New evidence suggests that a promising investigational treatment for patients with damaged hearts -- using adult stem cells to regenerate heart tissue -- may not work as planned. In the December 2004 issue of the Journal of Clinical Investigation, researchers from the University of Chicago show that although stem cells derived from bone marrow can find their way to areas of damaged heart muscle, infiltrate into these regions and proliferate, they do not mature into new cardiac muscle cells.

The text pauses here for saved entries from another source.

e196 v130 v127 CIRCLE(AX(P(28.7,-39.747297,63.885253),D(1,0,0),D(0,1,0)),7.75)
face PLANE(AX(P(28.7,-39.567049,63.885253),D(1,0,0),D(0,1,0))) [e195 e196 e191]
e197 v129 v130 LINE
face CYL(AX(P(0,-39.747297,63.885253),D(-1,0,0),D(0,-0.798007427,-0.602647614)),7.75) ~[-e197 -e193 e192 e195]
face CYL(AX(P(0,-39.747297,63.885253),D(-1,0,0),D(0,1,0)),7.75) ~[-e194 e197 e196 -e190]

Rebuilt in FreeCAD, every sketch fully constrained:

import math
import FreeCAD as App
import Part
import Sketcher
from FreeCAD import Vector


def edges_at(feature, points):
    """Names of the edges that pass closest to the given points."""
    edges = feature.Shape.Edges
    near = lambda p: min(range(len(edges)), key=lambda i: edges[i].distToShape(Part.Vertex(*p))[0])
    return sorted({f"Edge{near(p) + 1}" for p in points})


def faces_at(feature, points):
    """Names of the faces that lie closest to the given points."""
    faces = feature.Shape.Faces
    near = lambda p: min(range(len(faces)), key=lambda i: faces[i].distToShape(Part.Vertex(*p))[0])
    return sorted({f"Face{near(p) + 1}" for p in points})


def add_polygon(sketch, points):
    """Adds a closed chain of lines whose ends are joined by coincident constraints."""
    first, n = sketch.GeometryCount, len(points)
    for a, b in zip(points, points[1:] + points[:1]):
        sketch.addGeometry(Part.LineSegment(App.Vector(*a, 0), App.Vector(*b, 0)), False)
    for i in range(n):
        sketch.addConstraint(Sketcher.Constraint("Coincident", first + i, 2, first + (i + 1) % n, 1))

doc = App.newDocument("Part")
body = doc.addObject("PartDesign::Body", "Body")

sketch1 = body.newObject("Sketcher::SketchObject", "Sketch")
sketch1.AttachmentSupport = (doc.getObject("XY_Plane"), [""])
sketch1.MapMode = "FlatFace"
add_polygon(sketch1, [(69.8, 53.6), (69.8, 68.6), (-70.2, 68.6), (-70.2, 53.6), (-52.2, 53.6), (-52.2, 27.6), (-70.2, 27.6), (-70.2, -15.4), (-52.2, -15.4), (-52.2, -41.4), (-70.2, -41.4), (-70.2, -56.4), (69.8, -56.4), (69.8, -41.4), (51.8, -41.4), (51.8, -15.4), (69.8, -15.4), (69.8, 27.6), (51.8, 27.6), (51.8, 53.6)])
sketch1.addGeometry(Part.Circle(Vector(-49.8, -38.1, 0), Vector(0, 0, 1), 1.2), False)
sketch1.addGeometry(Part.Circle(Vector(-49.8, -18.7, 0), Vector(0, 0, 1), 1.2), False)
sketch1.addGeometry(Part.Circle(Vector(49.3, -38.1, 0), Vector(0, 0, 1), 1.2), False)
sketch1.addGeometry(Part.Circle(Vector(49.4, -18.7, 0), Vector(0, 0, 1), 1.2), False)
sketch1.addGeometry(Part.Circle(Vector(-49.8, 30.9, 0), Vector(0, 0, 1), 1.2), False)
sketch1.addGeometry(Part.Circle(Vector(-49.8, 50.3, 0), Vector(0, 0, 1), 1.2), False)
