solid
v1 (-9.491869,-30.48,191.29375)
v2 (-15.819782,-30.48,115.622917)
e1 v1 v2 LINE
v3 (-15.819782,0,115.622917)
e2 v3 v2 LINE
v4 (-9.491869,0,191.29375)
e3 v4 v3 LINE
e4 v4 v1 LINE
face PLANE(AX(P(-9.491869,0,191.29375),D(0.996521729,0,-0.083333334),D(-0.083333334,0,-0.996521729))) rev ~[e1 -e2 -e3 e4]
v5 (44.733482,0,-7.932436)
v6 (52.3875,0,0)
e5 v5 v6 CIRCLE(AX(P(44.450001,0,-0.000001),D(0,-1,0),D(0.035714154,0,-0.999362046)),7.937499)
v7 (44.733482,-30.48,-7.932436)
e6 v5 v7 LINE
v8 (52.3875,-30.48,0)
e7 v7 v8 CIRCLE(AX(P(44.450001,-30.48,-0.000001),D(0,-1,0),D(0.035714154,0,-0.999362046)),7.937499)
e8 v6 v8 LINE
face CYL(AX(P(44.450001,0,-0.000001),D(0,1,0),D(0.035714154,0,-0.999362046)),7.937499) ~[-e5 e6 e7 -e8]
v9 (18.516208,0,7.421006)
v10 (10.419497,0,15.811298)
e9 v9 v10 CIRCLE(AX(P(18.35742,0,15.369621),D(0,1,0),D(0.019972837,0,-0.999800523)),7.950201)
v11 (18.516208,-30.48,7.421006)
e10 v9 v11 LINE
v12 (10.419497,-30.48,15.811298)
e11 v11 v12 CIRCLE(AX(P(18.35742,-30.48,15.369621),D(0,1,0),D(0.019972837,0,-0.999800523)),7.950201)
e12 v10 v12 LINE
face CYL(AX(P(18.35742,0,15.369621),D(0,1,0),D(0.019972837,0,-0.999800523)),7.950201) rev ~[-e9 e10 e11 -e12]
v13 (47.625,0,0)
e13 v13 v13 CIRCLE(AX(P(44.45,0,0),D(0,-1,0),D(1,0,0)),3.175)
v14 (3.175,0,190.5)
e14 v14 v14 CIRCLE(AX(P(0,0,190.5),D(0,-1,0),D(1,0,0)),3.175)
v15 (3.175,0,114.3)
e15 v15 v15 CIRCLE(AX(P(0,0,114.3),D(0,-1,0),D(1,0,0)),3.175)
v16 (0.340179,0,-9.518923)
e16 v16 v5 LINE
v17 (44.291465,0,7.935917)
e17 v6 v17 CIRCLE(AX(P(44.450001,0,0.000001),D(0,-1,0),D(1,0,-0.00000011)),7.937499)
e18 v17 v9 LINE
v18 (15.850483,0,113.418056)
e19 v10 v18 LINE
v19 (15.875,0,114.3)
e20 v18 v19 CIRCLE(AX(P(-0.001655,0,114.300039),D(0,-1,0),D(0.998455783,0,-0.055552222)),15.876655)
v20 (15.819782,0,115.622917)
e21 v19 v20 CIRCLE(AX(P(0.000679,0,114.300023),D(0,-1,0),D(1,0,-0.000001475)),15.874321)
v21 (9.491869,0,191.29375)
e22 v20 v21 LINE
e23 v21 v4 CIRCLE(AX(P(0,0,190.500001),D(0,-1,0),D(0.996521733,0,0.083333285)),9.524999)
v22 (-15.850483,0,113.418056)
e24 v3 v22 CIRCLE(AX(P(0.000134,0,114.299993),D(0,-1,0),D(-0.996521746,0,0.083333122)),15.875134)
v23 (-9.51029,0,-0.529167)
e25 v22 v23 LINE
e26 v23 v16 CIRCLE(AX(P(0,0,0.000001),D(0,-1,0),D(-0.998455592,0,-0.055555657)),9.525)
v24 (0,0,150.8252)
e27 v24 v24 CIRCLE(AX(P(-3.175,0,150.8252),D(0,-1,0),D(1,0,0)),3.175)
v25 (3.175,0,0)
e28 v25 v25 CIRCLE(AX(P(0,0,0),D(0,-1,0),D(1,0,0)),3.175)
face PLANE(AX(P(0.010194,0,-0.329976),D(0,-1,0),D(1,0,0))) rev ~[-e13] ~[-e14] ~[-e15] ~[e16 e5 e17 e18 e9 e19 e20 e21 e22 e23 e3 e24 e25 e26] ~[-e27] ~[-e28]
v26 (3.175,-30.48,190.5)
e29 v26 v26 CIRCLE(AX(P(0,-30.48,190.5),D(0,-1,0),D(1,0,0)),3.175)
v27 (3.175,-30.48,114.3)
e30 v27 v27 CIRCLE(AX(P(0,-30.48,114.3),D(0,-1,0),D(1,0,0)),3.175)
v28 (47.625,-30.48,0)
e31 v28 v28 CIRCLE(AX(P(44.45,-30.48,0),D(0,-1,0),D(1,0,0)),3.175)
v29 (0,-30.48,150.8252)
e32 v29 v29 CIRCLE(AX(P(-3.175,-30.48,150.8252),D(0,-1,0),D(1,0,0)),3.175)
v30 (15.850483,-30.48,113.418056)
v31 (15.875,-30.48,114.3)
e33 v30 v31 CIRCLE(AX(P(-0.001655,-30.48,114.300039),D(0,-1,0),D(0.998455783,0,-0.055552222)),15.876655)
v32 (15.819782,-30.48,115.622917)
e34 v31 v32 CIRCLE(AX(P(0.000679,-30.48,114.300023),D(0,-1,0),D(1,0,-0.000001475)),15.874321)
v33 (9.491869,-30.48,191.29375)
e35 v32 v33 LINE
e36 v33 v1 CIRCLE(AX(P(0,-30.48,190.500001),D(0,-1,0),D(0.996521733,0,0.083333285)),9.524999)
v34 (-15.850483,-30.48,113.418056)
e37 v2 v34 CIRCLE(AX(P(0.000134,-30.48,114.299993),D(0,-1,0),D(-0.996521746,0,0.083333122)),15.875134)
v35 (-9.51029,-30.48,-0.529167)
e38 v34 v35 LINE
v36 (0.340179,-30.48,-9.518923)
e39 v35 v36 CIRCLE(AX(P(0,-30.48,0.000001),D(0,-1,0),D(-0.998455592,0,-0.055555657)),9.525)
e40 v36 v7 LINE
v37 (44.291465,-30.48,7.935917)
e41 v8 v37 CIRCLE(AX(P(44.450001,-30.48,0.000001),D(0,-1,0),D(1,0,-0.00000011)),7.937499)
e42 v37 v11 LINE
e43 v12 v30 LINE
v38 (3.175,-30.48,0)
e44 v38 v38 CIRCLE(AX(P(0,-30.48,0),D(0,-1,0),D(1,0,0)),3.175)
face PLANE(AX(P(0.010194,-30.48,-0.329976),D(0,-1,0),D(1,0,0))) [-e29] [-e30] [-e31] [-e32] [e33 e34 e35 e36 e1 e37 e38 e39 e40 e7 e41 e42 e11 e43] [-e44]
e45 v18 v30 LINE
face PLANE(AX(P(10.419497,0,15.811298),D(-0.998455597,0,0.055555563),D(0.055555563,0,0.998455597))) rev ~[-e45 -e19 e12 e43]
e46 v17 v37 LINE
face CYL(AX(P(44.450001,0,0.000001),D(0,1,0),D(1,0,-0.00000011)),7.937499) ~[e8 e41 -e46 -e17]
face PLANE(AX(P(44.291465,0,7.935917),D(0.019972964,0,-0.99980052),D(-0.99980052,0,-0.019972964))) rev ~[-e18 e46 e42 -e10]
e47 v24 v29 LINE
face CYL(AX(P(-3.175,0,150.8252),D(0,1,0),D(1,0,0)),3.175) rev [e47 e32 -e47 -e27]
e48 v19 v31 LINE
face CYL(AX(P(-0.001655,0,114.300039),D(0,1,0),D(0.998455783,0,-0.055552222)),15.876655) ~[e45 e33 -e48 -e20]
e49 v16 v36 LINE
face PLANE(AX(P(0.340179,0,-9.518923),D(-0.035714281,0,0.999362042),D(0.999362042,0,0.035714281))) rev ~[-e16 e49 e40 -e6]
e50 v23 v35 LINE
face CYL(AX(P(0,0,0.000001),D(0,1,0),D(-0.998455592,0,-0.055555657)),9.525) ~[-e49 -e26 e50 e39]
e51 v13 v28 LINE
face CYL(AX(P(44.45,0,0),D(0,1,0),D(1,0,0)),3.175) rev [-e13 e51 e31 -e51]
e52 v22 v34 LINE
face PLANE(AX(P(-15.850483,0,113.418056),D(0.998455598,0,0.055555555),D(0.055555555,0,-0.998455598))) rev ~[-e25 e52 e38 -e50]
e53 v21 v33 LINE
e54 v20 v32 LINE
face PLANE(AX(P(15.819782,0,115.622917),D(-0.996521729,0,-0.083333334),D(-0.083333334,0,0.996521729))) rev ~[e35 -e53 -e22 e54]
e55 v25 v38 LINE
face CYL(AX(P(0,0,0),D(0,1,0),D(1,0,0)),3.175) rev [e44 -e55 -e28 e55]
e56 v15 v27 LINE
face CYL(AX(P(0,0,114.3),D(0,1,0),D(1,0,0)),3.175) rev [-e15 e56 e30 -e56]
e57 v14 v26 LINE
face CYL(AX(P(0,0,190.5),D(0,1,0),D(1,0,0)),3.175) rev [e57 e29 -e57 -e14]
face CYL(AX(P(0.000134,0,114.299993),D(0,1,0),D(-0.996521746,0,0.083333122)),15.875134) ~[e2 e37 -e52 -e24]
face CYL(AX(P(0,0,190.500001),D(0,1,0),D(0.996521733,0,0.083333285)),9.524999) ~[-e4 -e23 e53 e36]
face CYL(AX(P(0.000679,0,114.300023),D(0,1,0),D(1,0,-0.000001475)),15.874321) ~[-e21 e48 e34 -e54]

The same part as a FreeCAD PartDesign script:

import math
import FreeCAD as App
import Part
import Sketcher
Q = App.Units.Quantity

doc = App.newDocument("Part")
body = doc.addObject("PartDesign::Body", "Body")

# Sketch on XZ plane
sketch1 = doc.addObject("Sketcher::SketchObject", "Sketch")
body.addObject(sketch1)
sketch1.AttachmentSupport = (doc.XZ_Plane, [""])
sketch1.MapMode = "FlatFace"
sketch1.addGeometry([
    Part.ArcOfCircle(Part.Circle(App.Vector(0, 0, 0), App.Vector(0, 0, 1), 9.5), math.radians(-177), math.radians(-88)),  # 0
    Part.LineSegment(App.Vector(0.3, -9.5, 0), App.Vector(44.7, -7.9, 0)),  # 1
    Part.ArcOfCircle(Part.Circle(App.Vector(44.5, 0, 0), App.Vector(0, 0, 1), 7.9), math.radians(-88), math.radians(0)),  # 2
    Part.ArcOfCircle(Part.Circle(App.Vector(44.5, 0, 0), App.Vector(0, 0, 1), 7.9), math.radians(0), math.radians(91)),  # 3
    Part.LineSegment(App.Vector(44.3, 7.9, 0), App.Vector(18.5, 7.4, 0)),  # 4
    Part.ArcOfCircle(Part.Circle(App.Vector(18.4, 15.4, 0), App.Vector(0, 0, 1), 8), math.radians(177), math.radians(271)),  # 5
    Part.LineSegment(App.Vector(10.4, 15.8, 0), App.Vector(15.9, 113.4, 0)),  # 6
    Part.ArcOfCircle(Part.Circle(App.Vector(0, 114.3, 0), App.Vector(0, 0, 1), 15.9), math.radians(-3.18), math.radians(0)),  # 7
    Part.ArcOfCircle(Part.Circle(App.Vector(0, 114.3, 0), App.Vector(0, 0, 1), 15.9), math.radians(0), math.radians(4.78)),  # 8
    Part.LineSegment(App.Vector(15.8, 115.6, 0), App.Vector(9.5, 191.3, 0)),  # 9
    Part.ArcOfCircle(Part.Circle(App.Vector(0, 190.5, 0), App.Vector(0, 0, 1), 9.5), math.radians(5), math.radians(175)),  # 10
    Part.LineSegment(App.Vector(-9.5, 191.3, 0), App.Vector(-15.8, 115.6, 0)),  # 11
    Part.ArcOfCircle(Part.Circle(App.Vector(0, 114.3, 0), App.Vector(0, 0, 1), 15.9), math.radians(175.22), math.radians(183.18)),  # 12
    Part.LineSegment(App.Vector(-15.9, 113.4, 0), App.Vector(-9.5, -0.5, 0)),  # 13
    Part.Circle(App.Vector(0, 0, 0), App.Vector(0, 0, 1), 3.2),  # 14
    Part.Circle(App.Vector(44.5, 0, 0), App.Vector(0, 0, 1), 3.2),  # 15
    Part.Circle(App.Vector(0, 114.3, 0), App.Vector(0, 0, 1), 3.2),  # 16
    Part.Circle(App.Vector(-3.2, 150.8, 0), App.Vector(0, 0, 1), 3.2),  # 17
    Part.Circle(App.Vector(0, 190.5, 0), App.Vector(0, 0, 1), 3.2),  # 18
], False)
sketch1.addConstraint([
    Sketcher.Constraint("Tangent", 0, 2, 1, 1),
    Sketcher.Constraint("Tangent", 1, 2, 2, 1),
    Sketcher.Constraint("Tangent", 2, 2, 3, 1),
    Sketcher.Constraint("Tangent", 3, 2, 4, 1),
    Sketcher.Constraint("Tangent", 4, 2, 5, 2),
    Sketcher.Constraint("Tangent", 5, 1, 6, 1),
    Sketcher.Constraint("Coincident", 6, 2, 7, 1),
    Sketcher.Constraint("Tangent", 7, 2, 8, 1),
    Sketcher.Constraint("Coincident", 8, 2, 9, 1),
    Sketcher.Constraint("Tangent", 9, 2, 10, 1),
    Sketcher.Constraint("Tangent", 10, 2, 11, 1),
    Sketcher.Constraint("Tangent", 11, 2, 12, 1),
    Sketcher.Constraint("Tangent", 12, 2, 13, 1),
    Sketcher.Constraint("Tangent", 13, 2, 0, 1),
    Sketcher.Constraint("Coincident", 0, 3, -1, 1),
    Sketcher.Constraint("Coincident", 14, 3, -1, 1),
    Sketcher.Constraint("Coincident", 15, 3, 2, 3),
    Sketcher.Constraint("Coincident", 18, 3, 10, 3),
    Sketcher.Constraint("Equal", 2, 3),
    Sketcher.Constraint("Equal", 0, 10),
    Sketcher.Constraint("Equal", 14, 15),
    Sketcher.Constraint("Equal", 15, 16),
    Sketcher.Constraint("Equal", 16, 17),
    Sketcher.Constraint("Equal", 17, 18),
    Sketcher.Constraint("Symmetric", 9, 2, 10, 2, -2),
    Sketcher.Constraint("Symmetric", 6, 2, 12, 2, -2),
    Sketcher.Constraint("PointOnObject", 2, 3, -1),
    Sketcher.Constraint("PointOnObject", 16, 3, -2),
    Sketcher.Constraint("PointOnObject", 2, 2, -1),
    Sketcher.Constraint("Horizontal", 16, 3, 7, 2),
    Sketcher.Constraint("Horizontal", 8, 2, 11, 2),
    Sketcher.Constraint("Diameter", 14, Q("0.25 in")),
    Sketcher.Constraint("Radius", 0, Q("0.375 in")),
    Sketcher.Constraint("Radius", 2, Q("0.3125 in")),
    Sketcher.Constraint("Radius", 5, Q("0.313 in")),
    Sketcher.Constraint("DistanceY", 16, 3, 10, 3, Q("3 in")),
    Sketcher.Constraint("DistanceY", -1, 1, 10, 3, Q("7.5 in")),
    Sketcher.Constraint("DistanceX", -1, 1, 2, 3, Q("1.75 in")),
    Sketcher.Constraint("DistanceX", 17, 3, -1, 1, Q("0.125 in")),
    Sketcher.Constraint("DistanceY", -1, 1, 17, 3, Q("5.938 in")),
    Sketcher.Constraint("DistanceX", -1, 1, 7, 2, Q("0.625 in")),
    Sketcher.Constraint("DistanceY", -1, 1, 9, 2, Q("7.53125 in")),
    Sketcher.Constraint("Radius", 8, 15.874321),
    Sketcher.Constraint("Radius", 7, 15.876655),
    Sketcher.Constraint("Radius", 12, 15.875134),
    Sketcher.Constraint("Distance", 4, 25.7804),
    Sketcher.Constraint("DistanceY", -1, 1, 5, 1, 15.811298),
])
pad1 = doc.addObject("PartDesign::Pad", "Pad")
body.addObject(pad1)
pad1.Profile = sketch1
pad1.Length = Q("1.2 in")

doc.recompute()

A series of previous studies suggested that stem cells from bone marrow could be induced to become cardiac muscle, replacing damaged tissue and potentially restoring heart function. This series of more-rigorous experiments, however, found that the transplanted cells are unable to take the crucial final steps. They do not produce a muscle protein called sarcoglycan, which is necessary for normal heart and skeletal muscle function.
The failure of these cells to express this protein "severely limits their utility for cardiac and skeletal muscle regeneration," the authors note.
"This was a complete surprise, and a considerable disappointment," said study director Elizabeth McNally, M.D., Ph.D., associate professor of medicine at the University of Chicago. "We set out to confirm, using more stringent criteria, the very appealing strategy of using stem cells from bone marrow to regenerate cardiac muscle, but we found that they never become normal, mature muscle cells."
The researchers used bone marrow side population cells (BM-SP), a sub-set of the stem cells found in marrow. Earlier studies demonstrated that these cells could home in on areas of damaged muscle and suggested that they matured into working skeletal or cardiac muscle cells. Clinical trials of this approach are already underway in patients who have had a heart attack and initial results have been "promising."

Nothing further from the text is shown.